One key disease-related finding has been that the prevalence of the bTB (% of infected badgers) does not simply increase as the density of badgers increases, which is often the case in disease studies. Instead movement is key, with increased levels of movement among badger social groups corresponding with higher levels of disease. Combing individual-level life-history, behaviour and disease data has also shown that diseased badgers behave differently from their TB free counterparts. For example, ranging more widely than uninfected badgers and being more likely to occupy outlier setts (burrows) away from their social group’s main residence.
Several recent studies have involved fitting ‘proximity collars’ to badgers which record instances where badgers encounter other collared individuals. Fitting collars to cattle has demonstrated that, despite ample opportunity, badgers rarely encounter cattle on pastures, which suggests that direct “nose-to-nose” transmission is unlikely. Quantifying regular contacts among collared badgers allows the creation of social networks, and helped show that social behaviour is closely related to bTB infection in the population.

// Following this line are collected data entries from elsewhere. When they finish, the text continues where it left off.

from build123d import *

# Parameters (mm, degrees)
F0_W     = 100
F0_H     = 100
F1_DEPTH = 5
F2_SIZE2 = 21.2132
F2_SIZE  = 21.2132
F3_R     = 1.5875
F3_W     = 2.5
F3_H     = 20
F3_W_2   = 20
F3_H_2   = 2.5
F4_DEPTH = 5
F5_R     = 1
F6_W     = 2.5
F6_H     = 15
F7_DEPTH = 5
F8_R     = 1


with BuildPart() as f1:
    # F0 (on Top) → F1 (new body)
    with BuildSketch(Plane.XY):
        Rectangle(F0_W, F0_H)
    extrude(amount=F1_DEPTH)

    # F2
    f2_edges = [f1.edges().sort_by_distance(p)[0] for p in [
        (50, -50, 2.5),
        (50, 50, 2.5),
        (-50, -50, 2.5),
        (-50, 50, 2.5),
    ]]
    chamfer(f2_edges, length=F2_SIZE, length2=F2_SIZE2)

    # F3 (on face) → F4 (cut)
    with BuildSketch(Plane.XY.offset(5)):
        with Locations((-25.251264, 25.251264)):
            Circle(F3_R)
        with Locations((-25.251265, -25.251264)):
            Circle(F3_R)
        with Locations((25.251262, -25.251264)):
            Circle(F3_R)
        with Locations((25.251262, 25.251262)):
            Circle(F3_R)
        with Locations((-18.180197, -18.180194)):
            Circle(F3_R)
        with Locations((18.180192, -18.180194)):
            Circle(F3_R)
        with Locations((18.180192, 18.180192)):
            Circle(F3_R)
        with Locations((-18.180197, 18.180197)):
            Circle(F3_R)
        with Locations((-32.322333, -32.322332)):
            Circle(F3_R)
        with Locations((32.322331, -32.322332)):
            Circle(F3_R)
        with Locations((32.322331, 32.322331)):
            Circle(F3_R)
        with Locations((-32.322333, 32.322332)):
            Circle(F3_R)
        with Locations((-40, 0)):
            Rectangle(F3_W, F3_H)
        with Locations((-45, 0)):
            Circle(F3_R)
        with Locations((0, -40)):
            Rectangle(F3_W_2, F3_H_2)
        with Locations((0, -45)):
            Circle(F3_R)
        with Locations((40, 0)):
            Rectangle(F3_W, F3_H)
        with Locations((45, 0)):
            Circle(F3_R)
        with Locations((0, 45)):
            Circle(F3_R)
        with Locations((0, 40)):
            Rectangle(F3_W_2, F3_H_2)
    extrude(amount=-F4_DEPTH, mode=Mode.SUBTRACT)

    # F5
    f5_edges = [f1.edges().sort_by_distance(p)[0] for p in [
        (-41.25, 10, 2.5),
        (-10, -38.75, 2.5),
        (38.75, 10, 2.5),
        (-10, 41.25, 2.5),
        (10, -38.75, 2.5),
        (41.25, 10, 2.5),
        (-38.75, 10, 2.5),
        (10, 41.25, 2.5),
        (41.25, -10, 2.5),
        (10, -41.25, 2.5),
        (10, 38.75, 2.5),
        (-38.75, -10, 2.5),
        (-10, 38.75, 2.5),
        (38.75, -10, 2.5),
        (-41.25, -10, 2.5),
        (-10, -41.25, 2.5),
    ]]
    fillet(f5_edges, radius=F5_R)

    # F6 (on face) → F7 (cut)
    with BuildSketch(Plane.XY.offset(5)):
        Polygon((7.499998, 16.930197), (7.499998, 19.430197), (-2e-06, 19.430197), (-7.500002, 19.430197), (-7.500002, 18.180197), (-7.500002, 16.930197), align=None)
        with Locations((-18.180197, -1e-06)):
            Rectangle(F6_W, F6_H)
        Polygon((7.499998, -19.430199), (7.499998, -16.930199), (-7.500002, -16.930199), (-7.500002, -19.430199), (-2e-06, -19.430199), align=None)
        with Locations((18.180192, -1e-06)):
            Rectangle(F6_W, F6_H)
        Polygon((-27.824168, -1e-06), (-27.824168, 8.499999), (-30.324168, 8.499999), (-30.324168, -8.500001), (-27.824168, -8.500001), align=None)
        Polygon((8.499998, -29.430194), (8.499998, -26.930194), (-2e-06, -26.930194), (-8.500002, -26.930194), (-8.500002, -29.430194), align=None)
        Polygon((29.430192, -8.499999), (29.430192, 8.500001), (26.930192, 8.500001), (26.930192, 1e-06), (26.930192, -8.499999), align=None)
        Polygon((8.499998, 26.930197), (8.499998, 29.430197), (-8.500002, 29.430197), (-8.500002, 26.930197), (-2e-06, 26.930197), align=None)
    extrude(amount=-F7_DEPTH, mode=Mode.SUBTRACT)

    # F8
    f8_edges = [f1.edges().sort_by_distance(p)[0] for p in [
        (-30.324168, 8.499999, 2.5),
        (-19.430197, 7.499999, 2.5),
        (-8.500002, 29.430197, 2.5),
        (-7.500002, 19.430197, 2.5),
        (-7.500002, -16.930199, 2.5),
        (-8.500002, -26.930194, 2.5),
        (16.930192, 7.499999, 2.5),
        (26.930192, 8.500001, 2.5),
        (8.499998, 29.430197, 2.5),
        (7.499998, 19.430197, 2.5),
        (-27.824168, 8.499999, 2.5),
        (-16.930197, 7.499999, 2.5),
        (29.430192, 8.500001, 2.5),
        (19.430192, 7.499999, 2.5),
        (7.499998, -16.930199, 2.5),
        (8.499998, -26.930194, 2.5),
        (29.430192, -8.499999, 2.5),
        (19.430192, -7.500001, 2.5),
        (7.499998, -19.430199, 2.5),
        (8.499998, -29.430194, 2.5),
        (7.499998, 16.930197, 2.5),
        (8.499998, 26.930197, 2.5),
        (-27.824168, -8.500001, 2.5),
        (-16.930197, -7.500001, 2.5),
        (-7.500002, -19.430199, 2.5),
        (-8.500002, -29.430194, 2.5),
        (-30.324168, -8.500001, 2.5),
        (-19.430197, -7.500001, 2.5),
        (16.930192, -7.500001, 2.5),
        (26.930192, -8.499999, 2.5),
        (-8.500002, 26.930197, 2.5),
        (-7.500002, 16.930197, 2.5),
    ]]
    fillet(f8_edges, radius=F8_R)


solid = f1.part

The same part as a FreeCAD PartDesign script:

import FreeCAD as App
import Part
import Sketcher

V = App.Vector
Q = App.Units.Quantity


def edges_at(feature, points):
    """Names of the edges that pass closest to the given points."""
    edges = feature.Shape.Edges
    near = lambda p: min(range(len(edges)), key=lambda i: edges[i].distToShape(Part.Vertex(*p))[0])
    return sorted({f"Edge{near(p) + 1}" for p in points})


def add_polygon(sketch, points):
    """Adds a closed chain of lines whose ends are joined by coincident constraints."""
    first, n = sketch.GeometryCount, len(points)
    for a, b in zip(points, points[1:] + points[:1]):
        sketch.addGeometry(Part.LineSegment(App.Vector(*a, 0), App.Vector(*b, 0)), False)
    for i in range(n):
        sketch.addConstraint(Sketcher.Constraint("Coincident", first + i, 2, first + (i + 1) % n, 1))

doc = App.newDocument("Part")
body = doc.addObject("PartDesign::Body", "Body")

# Sketch on XY plane
sketch1 = body.newObject("Sketcher::SketchObject", "Sketch")
sketch1.AttachmentSupport = (doc.getObject("XY_Plane"), [""])
sketch1.MapMode = "FlatFace"
add_polygon(sketch1, [(-50, 50), (-50, -50), (50, -50), (50, 50)])  # lines 0-3
sketch1.addConstraint(Sketcher.Constraint("Vertical", 0))
sketch1.addConstraint(Sketcher.Constraint("Horizontal", 1))
sketch1.addConstraint(Sketcher.Constraint("Vertical", 2))
sketch1.addConstraint(Sketcher.Constraint("Horizontal", 3))
sketch1.addConstraint(Sketcher.Constraint("Symmetric", 0, 2, 2, 2, -1, 1))
sketch1.addConstraint(Sketcher.Constraint("Equal", 3, 0))
sketch1.addConstraint(Sketcher.Constraint("DistanceX", 1, 1, 1, 2, Q("100 mm")))
pad1 = body.newObject("PartDesign::Pad", "Pad")
pad1.Profile = sketch1
pad1.Length = 5
doc.recompute()

chamfer = body.newObject("PartDesign::Chamfer", "Chamfer")
chamfer.Base = (pad1, edges_at(pad1, [
    (50, -50, 2.5),
    (50, 50, 2.5),
    (-50, -50, 2.5),
    (-50, 50, 2.5),
]))
chamfer.ChamferType = "Two distances"
chamfer.Size = 21.2132
chamfer.Size2 = 21.2132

As with other long term wildlife studies, it is this wealth of individual data that is the real strength of the Woodchester Park study. Recent developments in animal tracking technology have also contributed greatly in a species that can be hard to directly observe. Combining this existing knowledge and new approaches offers a real opportunity to understand how differences between individuals influence the spread of disease in wildlife populations.
More Info:
Delahay et al. (2013) Long-term temporal trends and estimated transmission rates for Mycobacterium bovis infection in an undisturbed high-density badger (Meles meles) population. Epidemiology and Infection, 141, 1445-1456.

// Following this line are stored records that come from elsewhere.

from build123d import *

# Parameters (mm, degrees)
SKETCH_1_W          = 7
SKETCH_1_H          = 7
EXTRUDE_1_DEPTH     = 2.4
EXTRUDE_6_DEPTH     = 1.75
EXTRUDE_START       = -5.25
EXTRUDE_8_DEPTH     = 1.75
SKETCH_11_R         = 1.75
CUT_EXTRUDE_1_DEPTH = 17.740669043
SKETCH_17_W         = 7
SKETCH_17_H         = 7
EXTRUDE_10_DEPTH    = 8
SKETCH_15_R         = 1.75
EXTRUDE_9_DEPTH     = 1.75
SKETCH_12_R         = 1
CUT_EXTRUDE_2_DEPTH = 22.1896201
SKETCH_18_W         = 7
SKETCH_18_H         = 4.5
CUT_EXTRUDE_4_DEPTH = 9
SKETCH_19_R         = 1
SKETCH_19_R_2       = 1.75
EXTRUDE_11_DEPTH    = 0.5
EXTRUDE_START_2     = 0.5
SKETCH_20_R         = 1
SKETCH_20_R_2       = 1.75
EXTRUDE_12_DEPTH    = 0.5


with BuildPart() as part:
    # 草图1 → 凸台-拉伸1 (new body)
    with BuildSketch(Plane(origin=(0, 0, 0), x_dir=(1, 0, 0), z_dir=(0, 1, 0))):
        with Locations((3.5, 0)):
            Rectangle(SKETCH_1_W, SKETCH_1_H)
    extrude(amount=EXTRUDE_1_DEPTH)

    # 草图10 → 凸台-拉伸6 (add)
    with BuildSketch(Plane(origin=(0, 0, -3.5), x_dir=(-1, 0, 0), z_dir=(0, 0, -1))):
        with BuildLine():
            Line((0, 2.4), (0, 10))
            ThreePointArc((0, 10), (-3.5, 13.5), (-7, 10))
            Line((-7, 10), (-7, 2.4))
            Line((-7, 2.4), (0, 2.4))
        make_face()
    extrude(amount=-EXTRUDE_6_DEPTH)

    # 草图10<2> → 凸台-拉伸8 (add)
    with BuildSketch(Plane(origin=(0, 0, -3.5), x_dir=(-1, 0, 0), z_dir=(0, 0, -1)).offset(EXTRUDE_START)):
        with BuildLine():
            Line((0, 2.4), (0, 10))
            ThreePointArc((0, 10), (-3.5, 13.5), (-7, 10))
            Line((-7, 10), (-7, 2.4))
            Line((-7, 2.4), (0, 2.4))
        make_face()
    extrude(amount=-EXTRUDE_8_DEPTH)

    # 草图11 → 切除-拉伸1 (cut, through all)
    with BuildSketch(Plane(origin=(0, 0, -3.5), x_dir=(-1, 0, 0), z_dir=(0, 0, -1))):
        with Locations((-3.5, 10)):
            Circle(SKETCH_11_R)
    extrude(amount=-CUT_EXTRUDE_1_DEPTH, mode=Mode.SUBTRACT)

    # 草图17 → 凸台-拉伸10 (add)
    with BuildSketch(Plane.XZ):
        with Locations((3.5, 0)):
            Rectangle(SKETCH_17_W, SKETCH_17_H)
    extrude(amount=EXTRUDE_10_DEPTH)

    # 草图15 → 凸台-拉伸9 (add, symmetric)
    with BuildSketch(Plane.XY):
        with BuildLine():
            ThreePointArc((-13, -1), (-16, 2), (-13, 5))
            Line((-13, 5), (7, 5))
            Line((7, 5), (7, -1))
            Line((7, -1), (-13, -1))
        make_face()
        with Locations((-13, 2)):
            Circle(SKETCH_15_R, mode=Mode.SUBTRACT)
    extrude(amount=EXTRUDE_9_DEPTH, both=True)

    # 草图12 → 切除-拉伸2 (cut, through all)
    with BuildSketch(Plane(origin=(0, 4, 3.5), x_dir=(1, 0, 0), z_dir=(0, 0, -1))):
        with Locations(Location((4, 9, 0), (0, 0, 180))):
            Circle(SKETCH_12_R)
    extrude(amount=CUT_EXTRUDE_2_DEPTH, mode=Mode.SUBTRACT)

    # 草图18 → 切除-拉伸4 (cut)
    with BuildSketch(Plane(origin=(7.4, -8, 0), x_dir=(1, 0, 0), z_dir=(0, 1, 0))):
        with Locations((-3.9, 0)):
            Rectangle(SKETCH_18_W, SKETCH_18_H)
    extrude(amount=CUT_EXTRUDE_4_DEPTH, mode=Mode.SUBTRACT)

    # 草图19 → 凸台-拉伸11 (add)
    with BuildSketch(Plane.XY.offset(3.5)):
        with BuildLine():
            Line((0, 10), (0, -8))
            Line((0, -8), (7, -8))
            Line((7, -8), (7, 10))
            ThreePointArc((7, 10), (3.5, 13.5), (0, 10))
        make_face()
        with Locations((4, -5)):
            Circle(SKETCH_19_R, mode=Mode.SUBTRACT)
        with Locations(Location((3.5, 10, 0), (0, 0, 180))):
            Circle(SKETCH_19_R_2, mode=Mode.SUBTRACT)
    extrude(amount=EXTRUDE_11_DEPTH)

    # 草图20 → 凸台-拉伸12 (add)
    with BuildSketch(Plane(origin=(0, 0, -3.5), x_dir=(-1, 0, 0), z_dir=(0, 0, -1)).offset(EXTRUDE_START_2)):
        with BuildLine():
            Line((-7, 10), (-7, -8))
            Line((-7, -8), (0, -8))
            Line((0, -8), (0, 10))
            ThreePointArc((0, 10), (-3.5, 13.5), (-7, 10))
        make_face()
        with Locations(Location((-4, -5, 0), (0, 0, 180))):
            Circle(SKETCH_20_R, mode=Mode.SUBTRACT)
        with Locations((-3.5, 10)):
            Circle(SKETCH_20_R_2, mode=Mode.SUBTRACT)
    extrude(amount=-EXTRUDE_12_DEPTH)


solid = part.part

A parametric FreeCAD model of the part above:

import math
import FreeCAD as App
import Part
import Sketcher


def add_polygon(sketch, points):
    """Adds a closed chain of lines whose ends are joined by coincident constraints."""
    first, n = sketch.GeometryCount, len(points)
    for a, b in zip(points, points[1:] + points[:1]):
        sketch.addGeometry(Part.LineSegment(App.Vector(*a, 0), App.Vector(*b, 0)), False)
    for i in range(n):
        sketch.addConstraint(Sketcher.Constraint("Coincident", first + i, 2, first + (i + 1) % n, 1))

doc = App.newDocument("Part")
params = doc.addObject("Spreadsheet::Sheet", "Params")
for row, (alias, value) in enumerate([
    ("sketch1_width", "7 mm"),
    ("pad1_length", "2.4 mm"),
    ("sketch2_radius", "3.5 mm"),
    ("sketch2_height", "7.6 mm"),
    ("pad2_length", "1.75 mm"),
    ("sketch3_radius", "3.5 mm"),
    ("sketch3_height", "7.6 mm"),
    ("pad3_length", "1.75 mm"),
    ("sketch4_diameter", "3.5 mm"),
    ("sketch5_width", "7 mm"),
    ("pad4_length", "8 mm"),
    ("sketch6_radius", "3 mm"),
    ("sketch6_diameter", "3.5 mm"),
    ("sketch6_width", "20 mm"),
    ("pad5_length", "3.5 mm"),
    ("sketch7_diameter", "2 mm"),
    ("sketch8_width", "7 mm"),
    ("sketch8_height", "4.5 mm"),
    ("pocket3_length", "9 mm"),
    ("sketch9_diameter", "2 mm"),
    ("sketch9_diameter2", "3.5 mm"),
    ("sketch9_radius", "3.5 mm"),
    ("sketch9_height", "18 mm"),
    ("pad6_length", "0.5 mm"),
    ("sketch10_diameter", "2 mm"),
    ("sketch10_diameter2", "3.5 mm"),
    ("sketch10_radius", "3.5 mm"),
    ("sketch10_height", "18 mm"),
    ("pad7_length", "0.5 mm"),
], start=1):
    params.set(f"A{row}", alias)
    params.set(f"B{row}", "=" + value)
    params.setAlias(f"B{row}", alias)

body = doc.addObject("PartDesign::Body", "Body")

# Sketch on XZ plane
sketch1 = doc.addObject("Sketcher::SketchObject", "Sketch")
body.addObject(sketch1)
sketch1.AttachmentSupport = (doc.XZ_Plane, [""])
sketch1.MapMode = "FlatFace"
add_polygon(sketch1, [(0, -4), (0, 4), (7, 4), (7, -4)])  # lines 0-3
sketch1.addConstraint([
    Sketcher.Constraint("Vertical", 0),
    Sketcher.Constraint("Horizontal", 1),
    Sketcher.Constraint("Vertical", 2),
    Sketcher.Constraint("Horizontal", 3),
    Sketcher.Constraint("Symmetric", 0, 2, 3, 2, -1, 1),
    Sketcher.Constraint("Equal", 3, 0),
    Sketcher.Constraint("DistanceX", 1, 1, 1, 2, 7.0),
])
sketch1.setExpression("Constraints[10]", "Params.sketch1_width")
pad1 = doc.addObject("PartDesign::Pad", "Pad")
body.addObject(pad1)
pad1.Profile = sketch1
pad1.setExpression("Length", "Params.pad1_length")
pad1.Reversed = True

# Sketch on XY plane
sketch2 = doc.addObject("Sketcher::SketchObject", "Sketch001")
body.addObject(sketch2)
sketch2.AttachmentSupport = (doc.XY_Plane, [""])
sketch2.MapMode = "FlatFace"
sketch2.AttachmentOffset = App.Placement(App.Vector(0, 0, -3.5), App.Rotation())
sketch2.addGeometry([
    Part.LineSegment(App.Vector(0, 2.4, 0), App.Vector(0, 10, 0)),
    Part.ArcOfCircle(Part.Circle(App.Vector(3.5, 10, 0), App.Vector(0, 0, 1), 3.5), math.radians(0), math.radians(180)),
    Part.LineSegment(App.Vector(7, 10, 0), App.Vector(7, 2.4, 0)),
    Part.LineSegment(App.Vector(7, 2.4, 0), App.Vector(0, 2.4, 0)),
], False)
sketch2.addConstraint([
    Sketcher.Constraint("Tangent", 0, 2, 1, 2),
    Sketcher.Constraint("Tangent", 1, 1, 2, 1),
    Sketcher.Constraint("Coincident", 2, 2, 3, 1),
    Sketcher.Constraint("Coincident", 3, 2, 0, 1),
    Sketcher.Constraint("Vertical", 0),
    Sketcher.Constraint("Vertical", 2),
    Sketcher.Constraint("Horizontal", 3),
    Sketcher.Constraint("PointOnObject", 0, 2, -2),
    Sketcher.Constraint("Radius", 1, 3.5),
    Sketcher.Constraint("DistanceY", 0, 1, 0, 2, 7.6),
    Sketcher.Constraint("DistanceY", -1, 1, 1, 3, 10.0),
])
sketch2.setExpression("Constraints[8]", "Params.sketch2_radius")
sketch2.setExpression("Constraints[9]", "Params.sketch2_height")
pad2 = doc.addObject("PartDesign::Pad", "Pad001")
body.addObject(pad2)
pad2.Profile = sketch2
pad2.setExpression("Length", "Params.pad2_length")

Drewe et al. (2013) Patterns of direct and indirect contact between cattle and badgers naturally infected with tuberculosis. Epidemiology and Infection, 141, 1467-1475.
Garnett et al. (2005) Ranging behaviour of European badgers (Meles meles) in relation to bovine tuberculosis (Mycobacterium bovis) infection. Applied Animal Behaviour Science, 94, 331-340.
Robertson et al. (2014) Individual foraging specialisation in a social mammal: the European badger (Meles meles). Oecologia, 176, 409-421.
Vicente et al. (2007) Social organization and movement influence the incidence of bovine tuberculosis in an undisturbed high-density badger Meles meles population. Journal of Animal Ecology, 348-360.
Weber et al. (2013) Denning behaviour of the European badger (Meles meles) correlates with bovine tuberculosis infection status. Behavioral Ecology and Sociobiology, 67, 471-479.
Weber et al. (2013) Badger social networks correlate with tuberculosis infection. Current Biology, 23, R915-R916.